Friday 18 April 2014

April 18 - regular meeting of the Rotary E-Club of the Caribbean, 7020 for the week beginning Friday, April 18





To "attend" the meeting, scroll down the screen, review all the information from top to bottom, view all the videos, read all the information, and enjoy your time here with us at our Rotary meeting.




Dear Fellow Rotarians, visitors and guests!

WELCOME TO OUR E-CLUB!

Thank you for stopping by our club meeting!  We hope you will enjoy your visit.

Our E-Club banner is shown at left!  Please send us a virtual copy of your club banner and we will send you a copy of our new club banner in exchange.  We will also display your club banner proudly on our meeting website. 

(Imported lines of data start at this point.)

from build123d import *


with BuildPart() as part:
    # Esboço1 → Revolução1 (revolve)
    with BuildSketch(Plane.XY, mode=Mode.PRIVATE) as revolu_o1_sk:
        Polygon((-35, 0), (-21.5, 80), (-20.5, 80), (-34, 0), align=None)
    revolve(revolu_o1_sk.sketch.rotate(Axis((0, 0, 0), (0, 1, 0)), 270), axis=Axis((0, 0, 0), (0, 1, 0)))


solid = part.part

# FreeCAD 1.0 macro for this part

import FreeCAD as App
import Part
import Sketcher
Q = App.Units.Quantity

doc = App.newDocument("Part")
body = doc.addObject("PartDesign::Body", "Body")

# Sketch on XY plane
sketch1 = body.newObject("Sketcher::SketchObject", "Sketch")
sketch1.AttachmentSupport = (doc.getObject("XY_Plane"), [""])
sketch1.MapMode = "FlatFace"
sketch1.addGeometry(Part.LineSegment(App.Vector(-21.5, 80, 0), App.Vector(-35, 0, 0)), False)
sketch1.addGeometry(Part.LineSegment(App.Vector(-35, 0, 0), App.Vector(-34, 0, 0)), False)
sketch1.addGeometry(Part.LineSegment(App.Vector(-34, 0, 0), App.Vector(-20.5, 80, 0)), False)
sketch1.addGeometry(Part.LineSegment(App.Vector(-20.5, 80, 0), App.Vector(-21.5, 80, 0)), False)
sketch1.addConstraint(Sketcher.Constraint("Coincident", 0, 2, 1, 1))
sketch1.addConstraint(Sketcher.Constraint("Coincident", 1, 2, 2, 1))
sketch1.addConstraint(Sketcher.Constraint("Coincident", 2, 2, 3, 1))
sketch1.addConstraint(Sketcher.Constraint("Coincident", 3, 2, 0, 1))
sketch1.addConstraint(Sketcher.Constraint("Horizontal", 1))
sketch1.addConstraint(Sketcher.Constraint("Horizontal", 3))
sketch1.addConstraint(Sketcher.Constraint("PointOnObject", 0, 2, -1))
sketch1.addConstraint(Sketcher.Constraint("Parallel", 0, 2))
sketch1.addConstraint(Sketcher.Constraint("DistanceX", 1, 1, 1, 2, Q("1 mm")))
sketch1.addConstraint(Sketcher.Constraint("DistanceX", 0, 2, -1, 1, Q("35 mm")))
sketch1.addConstraint(Sketcher.Constraint("DistanceY", -1, 1, 2, 2, Q("80 mm")))
sketch1.addConstraint(Sketcher.Constraint("DistanceX", 2, 2, -1, 1, Q("20.5 mm")))
revolution = body.newObject("PartDesign::Revolution", "Revolution")
revolution.Profile = sketch1
revolution.ReferenceAxis = (sketch1, ["V_Axis"])
revolution.Angle = 360

doc.recompute()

We are now officially a fully-fledged chartered Rotary Club in District 7020.  We celebrated our Charter Gala with the meeting posted the week of January 24.  Our charter date is August 12, 2013.  We hope you will find the content of our meeting enlightening and will give us the benefit of your opinion on the content.

April is Magazine Month.  Our club celebrates our 2014 Butterfly Storybook!

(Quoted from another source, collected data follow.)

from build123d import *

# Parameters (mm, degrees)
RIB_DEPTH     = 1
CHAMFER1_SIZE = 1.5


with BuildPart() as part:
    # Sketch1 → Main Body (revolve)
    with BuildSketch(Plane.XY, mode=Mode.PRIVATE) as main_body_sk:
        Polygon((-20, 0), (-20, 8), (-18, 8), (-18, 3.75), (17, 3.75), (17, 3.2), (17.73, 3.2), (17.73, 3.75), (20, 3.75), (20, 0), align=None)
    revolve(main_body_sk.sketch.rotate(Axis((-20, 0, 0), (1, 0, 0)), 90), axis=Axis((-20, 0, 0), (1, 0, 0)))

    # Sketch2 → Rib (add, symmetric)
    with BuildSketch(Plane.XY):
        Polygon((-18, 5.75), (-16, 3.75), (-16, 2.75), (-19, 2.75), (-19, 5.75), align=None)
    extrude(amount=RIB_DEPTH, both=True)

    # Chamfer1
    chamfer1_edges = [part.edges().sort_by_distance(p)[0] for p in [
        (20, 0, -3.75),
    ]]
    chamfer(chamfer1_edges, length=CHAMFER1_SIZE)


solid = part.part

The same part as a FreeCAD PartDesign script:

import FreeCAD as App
import Part
import Sketcher
Q = App.Units.Quantity


def edges_at(feature, points):
    """Names of the edges that pass closest to the given points."""
    edges = feature.Shape.Edges
    near = lambda p: min(range(len(edges)), key=lambda i: edges[i].distToShape(Part.Vertex(*p))[0])
    return sorted({f"Edge{near(p) + 1}" for p in points})


def add_polygon(sketch, points):
    """Adds a closed chain of lines whose ends are joined by coincident constraints."""
    first, n = sketch.GeometryCount, len(points)
    for a, b in zip(points, points[1:] + points[:1]):
        sketch.addGeometry(Part.LineSegment(App.Vector(*a, 0), App.Vector(*b, 0)), False)
    for i in range(n):
        sketch.addConstraint(Sketcher.Constraint("Coincident", first + i, 2, first + (i + 1) % n, 1))

doc = App.newDocument("Part")
body = doc.addObject("PartDesign::Body", "Body")

# Sketch on XY plane
sketch1 = doc.addObject("Sketcher::SketchObject", "Sketch")
body.addObject(sketch1)
sketch1.AttachmentSupport = (doc.XY_Plane, [""])
sketch1.MapMode = "FlatFace"
add_polygon(sketch1, [(-20, 8), (-20, 0), (20, 0), (20, 3.8), (17.7, 3.8), (17.7, 3.2), (17, 3.2), (17, 3.8), (-18, 3.8), (-18, 8)])  # lines 0-9
sketch1.addConstraint([
    Sketcher.Constraint("Vertical", 0),
    Sketcher.Constraint("Horizontal", 1),
    Sketcher.Constraint("Vertical", 2),
    Sketcher.Constraint("Horizontal", 3),
    Sketcher.Constraint("Vertical", 4),
    Sketcher.Constraint("Horizontal", 5),
    Sketcher.Constraint("Vertical", 6),
    Sketcher.Constraint("Horizontal", 7),
    Sketcher.Constraint("Vertical", 8),
    Sketcher.Constraint("Horizontal", 9),
    Sketcher.Constraint("Symmetric", 0, 2, 1, 2, -1, 1),
    Sketcher.Constraint("Horizontal", 3, 2, 6, 2),
    Sketcher.Constraint("DistanceX", 1, 1, 1, 2, Q("40 mm")),
    Sketcher.Constraint("DistanceX", 7, 2, 7, 1, Q("35 mm")),
    Sketcher.Constraint("DistanceX", 9, 2, 9, 1, Q("2 mm")),
    Sketcher.Constraint("DistanceY", 0, 2, 0, 1, Q("8 mm")),
    Sketcher.Constraint("DistanceX", 3, 2, 3, 1, Q("2.27 mm")),
    Sketcher.Constraint("DistanceY", 2, 1, 2, 2, Q("3.75 mm")),
    Sketcher.Constraint("DistanceY", 4, 2, 4, 1, Q("0.55 mm")),
])
revolution = doc.addObject("PartDesign::Revolution", "Revolution")
body.addObject(revolution)
revolution.Profile = sketch1
revolution.ReferenceAxis = (sketch1, ["H_Axis"])
revolution.Angle = 360

# Sketch on XY plane
sketch2 = doc.addObject("Sketcher::SketchObject", "Sketch001")
body.addObject(sketch2)
sketch2.AttachmentSupport = (doc.XY_Plane, [""])
sketch2.MapMode = "FlatFace"
add_polygon(sketch2, [(-16, 3.8), (-18, 5.8), (-19, 5.8), (-19, 2.8), (-16, 2.8)])  # lines 0-4
sketch2.addConstraint([
    Sketcher.Constraint("Horizontal", 1),
    Sketcher.Constraint("Vertical", 2),
    Sketcher.Constraint("Horizontal", 3),
    Sketcher.Constraint("Vertical", 4),
    Sketcher.Constraint("Equal", 3, 2),
    Sketcher.Constraint("Equal", 1, 4),
    Sketcher.Constraint("DistanceX", 1, 2, 1, 1, Q("1 mm")),
    Sketcher.Constraint("DistanceX", 3, 1, 3, 2, Q("3 mm")),
    Sketcher.Constraint("DistanceX", 0, 2, -1, 1, Q("18 mm")),
    Sketcher.Constraint("DistanceY", -1, 1, 0, 2, Q("5.75 mm")),
])
pad1 = doc.addObject("PartDesign::Pad", "Pad")
body.addObject(pad1)
pad1.Profile = sketch2
pad1.Length = 2
pad1.Midplane = True
doc.recompute()

chamfer = doc.addObject("PartDesign::Chamfer", "Chamfer")
body.addObject(chamfer)
chamfer.Base = (pad1, edges_at(pad1, [(20, 0, -3.75)]))
chamfer.Size = 1.5

doc.recompute()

Visiting Rotarians.  Click this link to Apply for a Make-up.  We will send you and your club secretary a make-up confirmation.  A minimum of 30 minutes spent with us will comply with RI regulations; however, we hope you'll stay to enjoy the entire meeting!
Active MembersClick for Attendance Record.  
Happy Hour Hangout.  Happy Hour Hangout.  Our Happy Hour Hangout on a Saturday morning is early enough so that you can join before your day gets away from you.
We meet for a live chat and sometimes business discussion.  If you are interested in dropping by, please click the link below.  Morning coffee is on the house!  (Your house, that is...)  Hope to see you there!
Please note:  Now, attending our HHH will earn you a make-up!
The link to the Happy Hour Hangout for Saturday is at the bottom of this meeting. 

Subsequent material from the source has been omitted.